-------- RECORDED DATA
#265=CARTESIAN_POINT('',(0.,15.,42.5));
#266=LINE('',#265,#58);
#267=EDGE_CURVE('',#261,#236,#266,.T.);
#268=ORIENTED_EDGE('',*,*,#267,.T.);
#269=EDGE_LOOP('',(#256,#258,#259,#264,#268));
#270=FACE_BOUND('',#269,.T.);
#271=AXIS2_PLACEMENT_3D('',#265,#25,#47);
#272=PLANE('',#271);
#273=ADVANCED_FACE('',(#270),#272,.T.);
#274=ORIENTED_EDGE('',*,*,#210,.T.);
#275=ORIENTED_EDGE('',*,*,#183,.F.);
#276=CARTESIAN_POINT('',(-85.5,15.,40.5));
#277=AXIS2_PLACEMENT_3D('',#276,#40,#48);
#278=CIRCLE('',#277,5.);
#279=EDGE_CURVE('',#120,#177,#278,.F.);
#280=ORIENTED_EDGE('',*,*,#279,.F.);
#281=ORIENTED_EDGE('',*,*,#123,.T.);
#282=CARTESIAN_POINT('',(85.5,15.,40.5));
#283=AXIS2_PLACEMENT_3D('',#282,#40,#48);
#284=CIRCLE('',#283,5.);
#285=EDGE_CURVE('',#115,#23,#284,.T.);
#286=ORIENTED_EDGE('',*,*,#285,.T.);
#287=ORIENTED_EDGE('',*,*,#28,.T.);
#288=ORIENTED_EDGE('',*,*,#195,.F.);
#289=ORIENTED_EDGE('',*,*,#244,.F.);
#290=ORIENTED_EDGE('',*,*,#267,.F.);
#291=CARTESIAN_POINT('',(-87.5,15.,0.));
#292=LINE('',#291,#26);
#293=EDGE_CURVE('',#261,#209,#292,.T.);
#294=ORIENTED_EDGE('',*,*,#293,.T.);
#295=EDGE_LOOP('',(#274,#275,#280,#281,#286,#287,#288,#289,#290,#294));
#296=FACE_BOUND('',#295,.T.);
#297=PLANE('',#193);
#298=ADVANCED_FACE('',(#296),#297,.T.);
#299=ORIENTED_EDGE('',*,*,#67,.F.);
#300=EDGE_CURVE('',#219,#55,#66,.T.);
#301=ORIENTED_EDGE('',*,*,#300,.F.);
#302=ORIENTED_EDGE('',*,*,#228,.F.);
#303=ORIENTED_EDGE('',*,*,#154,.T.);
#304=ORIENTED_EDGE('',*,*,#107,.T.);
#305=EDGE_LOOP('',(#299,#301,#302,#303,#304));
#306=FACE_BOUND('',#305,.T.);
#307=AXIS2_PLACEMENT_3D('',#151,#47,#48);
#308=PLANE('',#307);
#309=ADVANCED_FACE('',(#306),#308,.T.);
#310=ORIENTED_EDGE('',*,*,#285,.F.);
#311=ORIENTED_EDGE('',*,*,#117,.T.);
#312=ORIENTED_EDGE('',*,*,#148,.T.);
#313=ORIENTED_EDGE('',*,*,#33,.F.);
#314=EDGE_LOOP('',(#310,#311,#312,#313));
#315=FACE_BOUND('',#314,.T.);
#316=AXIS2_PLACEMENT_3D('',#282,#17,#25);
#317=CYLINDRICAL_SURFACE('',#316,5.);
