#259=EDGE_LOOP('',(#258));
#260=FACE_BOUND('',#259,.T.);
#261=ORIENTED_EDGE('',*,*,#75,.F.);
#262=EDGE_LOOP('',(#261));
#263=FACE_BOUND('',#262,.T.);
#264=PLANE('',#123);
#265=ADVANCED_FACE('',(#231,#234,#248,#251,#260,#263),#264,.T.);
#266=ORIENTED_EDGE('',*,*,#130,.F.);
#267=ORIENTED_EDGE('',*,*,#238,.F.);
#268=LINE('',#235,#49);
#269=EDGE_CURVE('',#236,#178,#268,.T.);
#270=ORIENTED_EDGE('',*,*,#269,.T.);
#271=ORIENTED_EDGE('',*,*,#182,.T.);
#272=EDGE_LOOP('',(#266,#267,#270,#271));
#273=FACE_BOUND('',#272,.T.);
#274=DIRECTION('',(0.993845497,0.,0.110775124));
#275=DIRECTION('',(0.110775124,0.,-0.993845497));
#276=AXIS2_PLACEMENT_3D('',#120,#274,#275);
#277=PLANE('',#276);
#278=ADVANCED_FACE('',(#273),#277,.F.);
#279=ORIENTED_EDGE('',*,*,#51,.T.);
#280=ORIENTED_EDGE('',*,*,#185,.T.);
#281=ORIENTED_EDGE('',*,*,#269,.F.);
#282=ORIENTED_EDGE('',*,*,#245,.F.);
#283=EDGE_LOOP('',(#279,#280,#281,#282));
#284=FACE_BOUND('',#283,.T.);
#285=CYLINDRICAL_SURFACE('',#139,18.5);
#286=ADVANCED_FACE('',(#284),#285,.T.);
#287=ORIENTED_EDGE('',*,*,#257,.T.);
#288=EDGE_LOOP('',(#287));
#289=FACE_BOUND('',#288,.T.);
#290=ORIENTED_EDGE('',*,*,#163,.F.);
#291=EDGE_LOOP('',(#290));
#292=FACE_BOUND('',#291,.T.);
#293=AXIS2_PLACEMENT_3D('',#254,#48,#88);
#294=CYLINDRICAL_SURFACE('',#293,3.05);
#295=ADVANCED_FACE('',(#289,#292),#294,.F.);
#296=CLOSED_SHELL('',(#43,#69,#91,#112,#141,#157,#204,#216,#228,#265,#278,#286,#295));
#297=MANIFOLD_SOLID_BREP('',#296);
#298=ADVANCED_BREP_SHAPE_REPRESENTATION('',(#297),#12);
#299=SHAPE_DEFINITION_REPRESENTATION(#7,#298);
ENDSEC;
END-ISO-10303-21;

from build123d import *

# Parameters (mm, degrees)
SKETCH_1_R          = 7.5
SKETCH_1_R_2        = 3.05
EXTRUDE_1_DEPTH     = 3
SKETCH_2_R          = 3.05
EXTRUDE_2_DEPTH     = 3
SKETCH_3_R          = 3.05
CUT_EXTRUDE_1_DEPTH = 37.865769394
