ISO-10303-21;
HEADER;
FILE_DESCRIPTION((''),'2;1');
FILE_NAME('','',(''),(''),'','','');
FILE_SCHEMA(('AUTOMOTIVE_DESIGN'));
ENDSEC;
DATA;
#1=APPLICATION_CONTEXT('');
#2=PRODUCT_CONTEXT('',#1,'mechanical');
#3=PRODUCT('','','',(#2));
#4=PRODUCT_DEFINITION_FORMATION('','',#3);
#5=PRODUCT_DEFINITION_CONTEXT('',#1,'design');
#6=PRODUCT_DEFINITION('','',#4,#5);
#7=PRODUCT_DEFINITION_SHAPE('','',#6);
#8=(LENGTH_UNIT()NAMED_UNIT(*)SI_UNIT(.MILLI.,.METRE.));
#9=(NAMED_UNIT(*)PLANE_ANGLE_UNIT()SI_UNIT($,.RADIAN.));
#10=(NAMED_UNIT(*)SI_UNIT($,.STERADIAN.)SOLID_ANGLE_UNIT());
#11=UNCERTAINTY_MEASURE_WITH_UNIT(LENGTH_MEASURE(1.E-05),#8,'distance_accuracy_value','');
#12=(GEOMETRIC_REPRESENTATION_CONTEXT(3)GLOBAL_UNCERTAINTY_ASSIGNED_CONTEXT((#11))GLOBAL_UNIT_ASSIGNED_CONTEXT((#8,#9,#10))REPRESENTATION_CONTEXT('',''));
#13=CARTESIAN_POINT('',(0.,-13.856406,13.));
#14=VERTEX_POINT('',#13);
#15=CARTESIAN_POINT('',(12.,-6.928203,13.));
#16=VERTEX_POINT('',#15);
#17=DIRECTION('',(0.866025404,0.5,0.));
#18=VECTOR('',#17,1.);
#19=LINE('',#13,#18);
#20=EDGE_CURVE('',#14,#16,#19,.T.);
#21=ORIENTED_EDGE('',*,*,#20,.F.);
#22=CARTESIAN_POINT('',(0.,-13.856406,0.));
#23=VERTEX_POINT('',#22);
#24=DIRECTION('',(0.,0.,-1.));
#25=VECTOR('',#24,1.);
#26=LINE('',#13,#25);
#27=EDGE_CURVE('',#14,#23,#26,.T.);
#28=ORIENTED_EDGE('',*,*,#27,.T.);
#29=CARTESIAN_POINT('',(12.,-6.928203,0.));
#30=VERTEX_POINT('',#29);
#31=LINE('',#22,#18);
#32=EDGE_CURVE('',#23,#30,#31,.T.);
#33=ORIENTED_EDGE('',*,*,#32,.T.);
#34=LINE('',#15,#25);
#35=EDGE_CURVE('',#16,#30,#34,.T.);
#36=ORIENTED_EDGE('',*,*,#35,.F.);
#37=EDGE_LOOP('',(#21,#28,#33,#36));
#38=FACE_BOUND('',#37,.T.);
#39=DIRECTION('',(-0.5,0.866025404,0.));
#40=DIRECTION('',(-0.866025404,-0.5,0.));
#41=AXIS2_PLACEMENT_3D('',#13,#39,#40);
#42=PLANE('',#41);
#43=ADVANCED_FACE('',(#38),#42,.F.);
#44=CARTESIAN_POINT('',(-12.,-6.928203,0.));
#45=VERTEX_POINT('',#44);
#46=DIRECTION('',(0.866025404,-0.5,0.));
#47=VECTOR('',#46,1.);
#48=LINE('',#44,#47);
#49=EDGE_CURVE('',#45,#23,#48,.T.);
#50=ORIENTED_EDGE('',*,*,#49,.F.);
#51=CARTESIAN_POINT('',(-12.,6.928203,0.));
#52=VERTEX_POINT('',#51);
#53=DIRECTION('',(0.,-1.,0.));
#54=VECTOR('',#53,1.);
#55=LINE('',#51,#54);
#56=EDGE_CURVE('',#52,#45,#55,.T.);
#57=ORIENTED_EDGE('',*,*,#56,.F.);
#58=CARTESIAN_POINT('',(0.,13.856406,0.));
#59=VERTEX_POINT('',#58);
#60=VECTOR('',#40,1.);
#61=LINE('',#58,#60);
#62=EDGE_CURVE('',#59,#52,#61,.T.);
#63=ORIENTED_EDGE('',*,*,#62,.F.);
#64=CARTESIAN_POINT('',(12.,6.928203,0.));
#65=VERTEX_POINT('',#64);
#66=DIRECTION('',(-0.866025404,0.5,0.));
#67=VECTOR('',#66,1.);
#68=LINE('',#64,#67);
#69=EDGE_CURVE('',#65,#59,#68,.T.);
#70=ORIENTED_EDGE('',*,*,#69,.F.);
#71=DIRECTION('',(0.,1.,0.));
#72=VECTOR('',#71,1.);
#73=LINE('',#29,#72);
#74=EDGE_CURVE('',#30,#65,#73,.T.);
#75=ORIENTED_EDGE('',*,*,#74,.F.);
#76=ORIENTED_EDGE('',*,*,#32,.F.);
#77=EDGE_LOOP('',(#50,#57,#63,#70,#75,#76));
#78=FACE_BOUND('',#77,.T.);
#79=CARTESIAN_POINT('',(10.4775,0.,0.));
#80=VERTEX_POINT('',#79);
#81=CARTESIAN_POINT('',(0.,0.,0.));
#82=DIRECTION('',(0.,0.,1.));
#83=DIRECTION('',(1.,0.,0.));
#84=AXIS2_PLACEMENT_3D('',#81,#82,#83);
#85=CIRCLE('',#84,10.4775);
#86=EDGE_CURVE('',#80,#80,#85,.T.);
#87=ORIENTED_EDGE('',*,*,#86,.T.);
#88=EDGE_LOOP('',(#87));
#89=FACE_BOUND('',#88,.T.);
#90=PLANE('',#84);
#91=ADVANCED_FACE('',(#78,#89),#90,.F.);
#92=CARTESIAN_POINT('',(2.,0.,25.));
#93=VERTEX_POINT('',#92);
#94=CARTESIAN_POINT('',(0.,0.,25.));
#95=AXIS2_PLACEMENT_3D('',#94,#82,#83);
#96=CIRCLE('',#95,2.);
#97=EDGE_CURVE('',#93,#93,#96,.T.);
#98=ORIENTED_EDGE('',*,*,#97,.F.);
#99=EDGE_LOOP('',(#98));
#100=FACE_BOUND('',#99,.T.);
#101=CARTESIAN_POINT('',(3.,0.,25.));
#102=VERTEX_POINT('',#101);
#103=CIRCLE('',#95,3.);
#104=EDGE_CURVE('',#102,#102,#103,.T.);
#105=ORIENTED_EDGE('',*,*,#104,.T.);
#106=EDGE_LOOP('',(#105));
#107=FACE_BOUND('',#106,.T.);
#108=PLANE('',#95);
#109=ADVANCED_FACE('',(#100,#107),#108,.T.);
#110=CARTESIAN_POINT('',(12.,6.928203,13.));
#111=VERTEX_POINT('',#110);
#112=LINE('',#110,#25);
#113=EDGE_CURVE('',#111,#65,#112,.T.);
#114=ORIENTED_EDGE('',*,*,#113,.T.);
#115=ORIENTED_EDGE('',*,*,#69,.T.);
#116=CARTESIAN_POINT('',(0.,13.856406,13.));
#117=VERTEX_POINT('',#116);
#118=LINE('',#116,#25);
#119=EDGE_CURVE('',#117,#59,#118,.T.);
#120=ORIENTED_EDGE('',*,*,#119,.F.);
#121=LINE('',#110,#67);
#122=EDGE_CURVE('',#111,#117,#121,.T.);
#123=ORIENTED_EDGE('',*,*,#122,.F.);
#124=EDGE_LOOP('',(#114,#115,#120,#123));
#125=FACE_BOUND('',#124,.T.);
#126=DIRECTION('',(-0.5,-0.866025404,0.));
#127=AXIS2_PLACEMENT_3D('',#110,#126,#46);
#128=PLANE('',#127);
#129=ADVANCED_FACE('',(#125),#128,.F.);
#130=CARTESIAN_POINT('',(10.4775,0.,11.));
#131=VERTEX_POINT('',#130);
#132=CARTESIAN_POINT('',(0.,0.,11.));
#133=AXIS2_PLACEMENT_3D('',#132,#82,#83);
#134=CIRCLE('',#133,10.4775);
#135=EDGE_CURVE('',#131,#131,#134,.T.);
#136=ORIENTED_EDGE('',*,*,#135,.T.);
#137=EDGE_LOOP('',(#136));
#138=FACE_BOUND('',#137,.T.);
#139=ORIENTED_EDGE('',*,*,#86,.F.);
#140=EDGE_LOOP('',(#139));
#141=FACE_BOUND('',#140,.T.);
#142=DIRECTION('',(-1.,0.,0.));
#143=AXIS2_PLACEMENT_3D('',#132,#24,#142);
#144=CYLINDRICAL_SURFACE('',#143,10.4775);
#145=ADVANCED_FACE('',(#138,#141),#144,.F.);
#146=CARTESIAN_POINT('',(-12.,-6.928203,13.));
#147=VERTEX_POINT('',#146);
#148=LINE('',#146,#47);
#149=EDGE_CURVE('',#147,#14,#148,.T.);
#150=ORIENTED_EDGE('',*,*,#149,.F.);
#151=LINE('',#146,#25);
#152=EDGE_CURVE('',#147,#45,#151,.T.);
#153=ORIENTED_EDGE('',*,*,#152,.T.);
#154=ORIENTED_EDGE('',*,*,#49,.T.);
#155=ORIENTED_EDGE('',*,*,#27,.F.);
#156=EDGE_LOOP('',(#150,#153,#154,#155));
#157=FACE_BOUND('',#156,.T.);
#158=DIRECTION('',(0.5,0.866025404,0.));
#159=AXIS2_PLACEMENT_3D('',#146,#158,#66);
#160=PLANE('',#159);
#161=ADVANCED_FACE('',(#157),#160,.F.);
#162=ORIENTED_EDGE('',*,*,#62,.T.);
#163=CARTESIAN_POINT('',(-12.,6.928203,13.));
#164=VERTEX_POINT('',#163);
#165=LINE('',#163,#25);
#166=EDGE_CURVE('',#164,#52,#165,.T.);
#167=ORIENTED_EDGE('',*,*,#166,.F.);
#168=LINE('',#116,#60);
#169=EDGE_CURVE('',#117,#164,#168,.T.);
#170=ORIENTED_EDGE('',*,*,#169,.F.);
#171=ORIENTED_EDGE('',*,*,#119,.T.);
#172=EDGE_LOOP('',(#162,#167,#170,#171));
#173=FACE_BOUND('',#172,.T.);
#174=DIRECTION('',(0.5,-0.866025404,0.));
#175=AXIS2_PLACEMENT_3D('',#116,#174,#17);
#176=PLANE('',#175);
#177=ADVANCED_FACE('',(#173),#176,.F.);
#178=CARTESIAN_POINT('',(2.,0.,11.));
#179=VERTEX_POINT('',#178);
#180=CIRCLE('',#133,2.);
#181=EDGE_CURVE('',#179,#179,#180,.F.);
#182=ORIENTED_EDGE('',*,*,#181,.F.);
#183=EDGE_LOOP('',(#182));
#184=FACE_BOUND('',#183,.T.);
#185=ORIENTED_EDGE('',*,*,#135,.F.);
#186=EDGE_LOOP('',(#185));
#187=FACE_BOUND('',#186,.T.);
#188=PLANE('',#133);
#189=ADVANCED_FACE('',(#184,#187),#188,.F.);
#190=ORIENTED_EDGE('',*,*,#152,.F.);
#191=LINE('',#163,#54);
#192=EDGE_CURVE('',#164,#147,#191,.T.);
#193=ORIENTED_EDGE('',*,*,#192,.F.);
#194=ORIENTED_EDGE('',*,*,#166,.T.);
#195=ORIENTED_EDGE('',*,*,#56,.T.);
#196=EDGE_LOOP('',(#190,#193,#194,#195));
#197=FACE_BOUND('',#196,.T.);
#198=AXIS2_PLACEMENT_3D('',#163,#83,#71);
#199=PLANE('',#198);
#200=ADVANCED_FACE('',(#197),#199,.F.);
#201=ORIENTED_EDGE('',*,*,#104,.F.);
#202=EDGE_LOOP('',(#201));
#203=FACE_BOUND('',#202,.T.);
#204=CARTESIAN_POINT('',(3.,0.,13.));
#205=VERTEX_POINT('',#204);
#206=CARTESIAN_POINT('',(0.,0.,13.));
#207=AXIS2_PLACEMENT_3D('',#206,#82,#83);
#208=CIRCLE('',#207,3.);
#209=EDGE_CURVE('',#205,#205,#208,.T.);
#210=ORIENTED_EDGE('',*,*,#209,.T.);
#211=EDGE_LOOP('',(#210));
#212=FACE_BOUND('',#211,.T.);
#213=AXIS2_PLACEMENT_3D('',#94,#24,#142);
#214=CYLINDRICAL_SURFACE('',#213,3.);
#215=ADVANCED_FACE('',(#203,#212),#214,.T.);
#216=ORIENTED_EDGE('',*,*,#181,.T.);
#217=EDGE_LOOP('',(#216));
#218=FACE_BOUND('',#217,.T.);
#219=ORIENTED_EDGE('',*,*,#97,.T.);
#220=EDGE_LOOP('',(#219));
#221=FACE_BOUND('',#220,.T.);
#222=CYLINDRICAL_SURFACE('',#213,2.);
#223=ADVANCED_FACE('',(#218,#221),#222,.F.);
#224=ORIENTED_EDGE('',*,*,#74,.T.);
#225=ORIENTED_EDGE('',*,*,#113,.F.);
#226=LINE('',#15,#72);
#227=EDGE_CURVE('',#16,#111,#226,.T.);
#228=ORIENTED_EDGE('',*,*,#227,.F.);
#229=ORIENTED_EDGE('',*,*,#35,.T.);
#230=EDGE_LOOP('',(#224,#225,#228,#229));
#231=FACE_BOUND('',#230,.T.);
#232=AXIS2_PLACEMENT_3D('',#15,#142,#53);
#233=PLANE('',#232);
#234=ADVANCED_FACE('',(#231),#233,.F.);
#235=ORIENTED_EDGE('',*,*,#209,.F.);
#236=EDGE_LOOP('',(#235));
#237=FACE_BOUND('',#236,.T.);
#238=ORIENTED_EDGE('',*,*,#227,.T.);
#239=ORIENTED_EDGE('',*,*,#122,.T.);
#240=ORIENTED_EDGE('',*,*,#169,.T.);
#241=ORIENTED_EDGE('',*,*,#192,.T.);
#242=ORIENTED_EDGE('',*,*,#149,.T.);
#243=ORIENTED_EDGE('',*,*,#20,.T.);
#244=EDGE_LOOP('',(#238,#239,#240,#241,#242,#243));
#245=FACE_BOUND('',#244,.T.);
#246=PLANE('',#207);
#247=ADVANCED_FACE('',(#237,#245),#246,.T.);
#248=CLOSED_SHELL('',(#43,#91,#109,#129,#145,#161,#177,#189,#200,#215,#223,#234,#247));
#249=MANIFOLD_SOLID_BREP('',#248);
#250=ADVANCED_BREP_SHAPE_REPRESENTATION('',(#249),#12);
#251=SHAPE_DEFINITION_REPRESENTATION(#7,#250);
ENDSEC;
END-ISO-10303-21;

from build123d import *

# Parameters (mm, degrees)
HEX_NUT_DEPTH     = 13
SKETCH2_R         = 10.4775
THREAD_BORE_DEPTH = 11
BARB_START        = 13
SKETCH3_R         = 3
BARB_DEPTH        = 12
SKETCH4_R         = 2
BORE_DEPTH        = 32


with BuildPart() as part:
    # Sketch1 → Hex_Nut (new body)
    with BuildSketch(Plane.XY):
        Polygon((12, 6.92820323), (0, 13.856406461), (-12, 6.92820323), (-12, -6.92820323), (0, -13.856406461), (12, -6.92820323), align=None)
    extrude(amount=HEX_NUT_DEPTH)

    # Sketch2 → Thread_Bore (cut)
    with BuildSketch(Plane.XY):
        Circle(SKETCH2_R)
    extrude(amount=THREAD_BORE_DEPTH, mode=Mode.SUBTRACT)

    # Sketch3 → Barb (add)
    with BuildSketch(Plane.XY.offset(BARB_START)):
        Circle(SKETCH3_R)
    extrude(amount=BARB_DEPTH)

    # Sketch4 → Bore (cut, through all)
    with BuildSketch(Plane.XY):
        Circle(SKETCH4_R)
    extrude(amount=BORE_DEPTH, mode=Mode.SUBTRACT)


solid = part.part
----------------
### PROBLEM TO SOLVE
The entries above hold a line with "#149=EDGE_CURVE('',#147,#14,#148,.T.);" and a later line with "#186=EDGE_LOOP('',(#185));". Write out exactly those lines and all lines between, nothing more.

### RESPONSE TO THIS TASK
#149=EDGE_CURVE('',#147,#14,#148,.T.);
#150=ORIENTED_EDGE('',*,*,#149,.F.);
#151=LINE('',#146,#25);
#152=EDGE_CURVE('',#147,#45,#151,.T.);
#153=ORIENTED_EDGE('',*,*,#152,.T.);
#154=ORIENTED_EDGE('',*,*,#49,.T.);
#155=ORIENTED_EDGE('',*,*,#27,.F.);
#156=EDGE_LOOP('',(#150,#153,#154,#155));
#157=FACE_BOUND('',#156,.T.);
#158=DIRECTION('',(0.5,0.866025404,0.));
#159=AXIS2_PLACEMENT_3D('',#146,#158,#66);
#160=PLANE('',#159);
#161=ADVANCED_FACE('',(#157),#160,.F.);
#162=ORIENTED_EDGE('',*,*,#62,.T.);
#163=CARTESIAN_POINT('',(-12.,6.928203,13.));
#164=VERTEX_POINT('',#163);
#165=LINE('',#163,#25);
#166=EDGE_CURVE('',#164,#52,#165,.T.);
#167=ORIENTED_EDGE('',*,*,#166,.F.);
#168=LINE('',#116,#60);
#169=EDGE_CURVE('',#117,#164,#168,.T.);
#170=ORIENTED_EDGE('',*,*,#169,.F.);
#171=ORIENTED_EDGE('',*,*,#119,.T.);
#172=EDGE_LOOP('',(#162,#167,#170,#171));
#173=FACE_BOUND('',#172,.T.);
#174=DIRECTION('',(0.5,-0.866025404,0.));
#175=AXIS2_PLACEMENT_3D('',#116,#174,#17);
#176=PLANE('',#175);
#177=ADVANCED_FACE('',(#173),#176,.F.);
#178=CARTESIAN_POINT('',(2.,0.,11.));
#179=VERTEX_POINT('',#178);
#180=CIRCLE('',#133,2.);
#181=EDGE_CURVE('',#179,#179,#180,.F.);
#182=ORIENTED_EDGE('',*,*,#181,.F.);
#183=EDGE_LOOP('',(#182));
#184=FACE_BOUND('',#183,.T.);
#185=ORIENTED_EDGE('',*,*,#135,.F.);
#186=EDGE_LOOP('',(#185));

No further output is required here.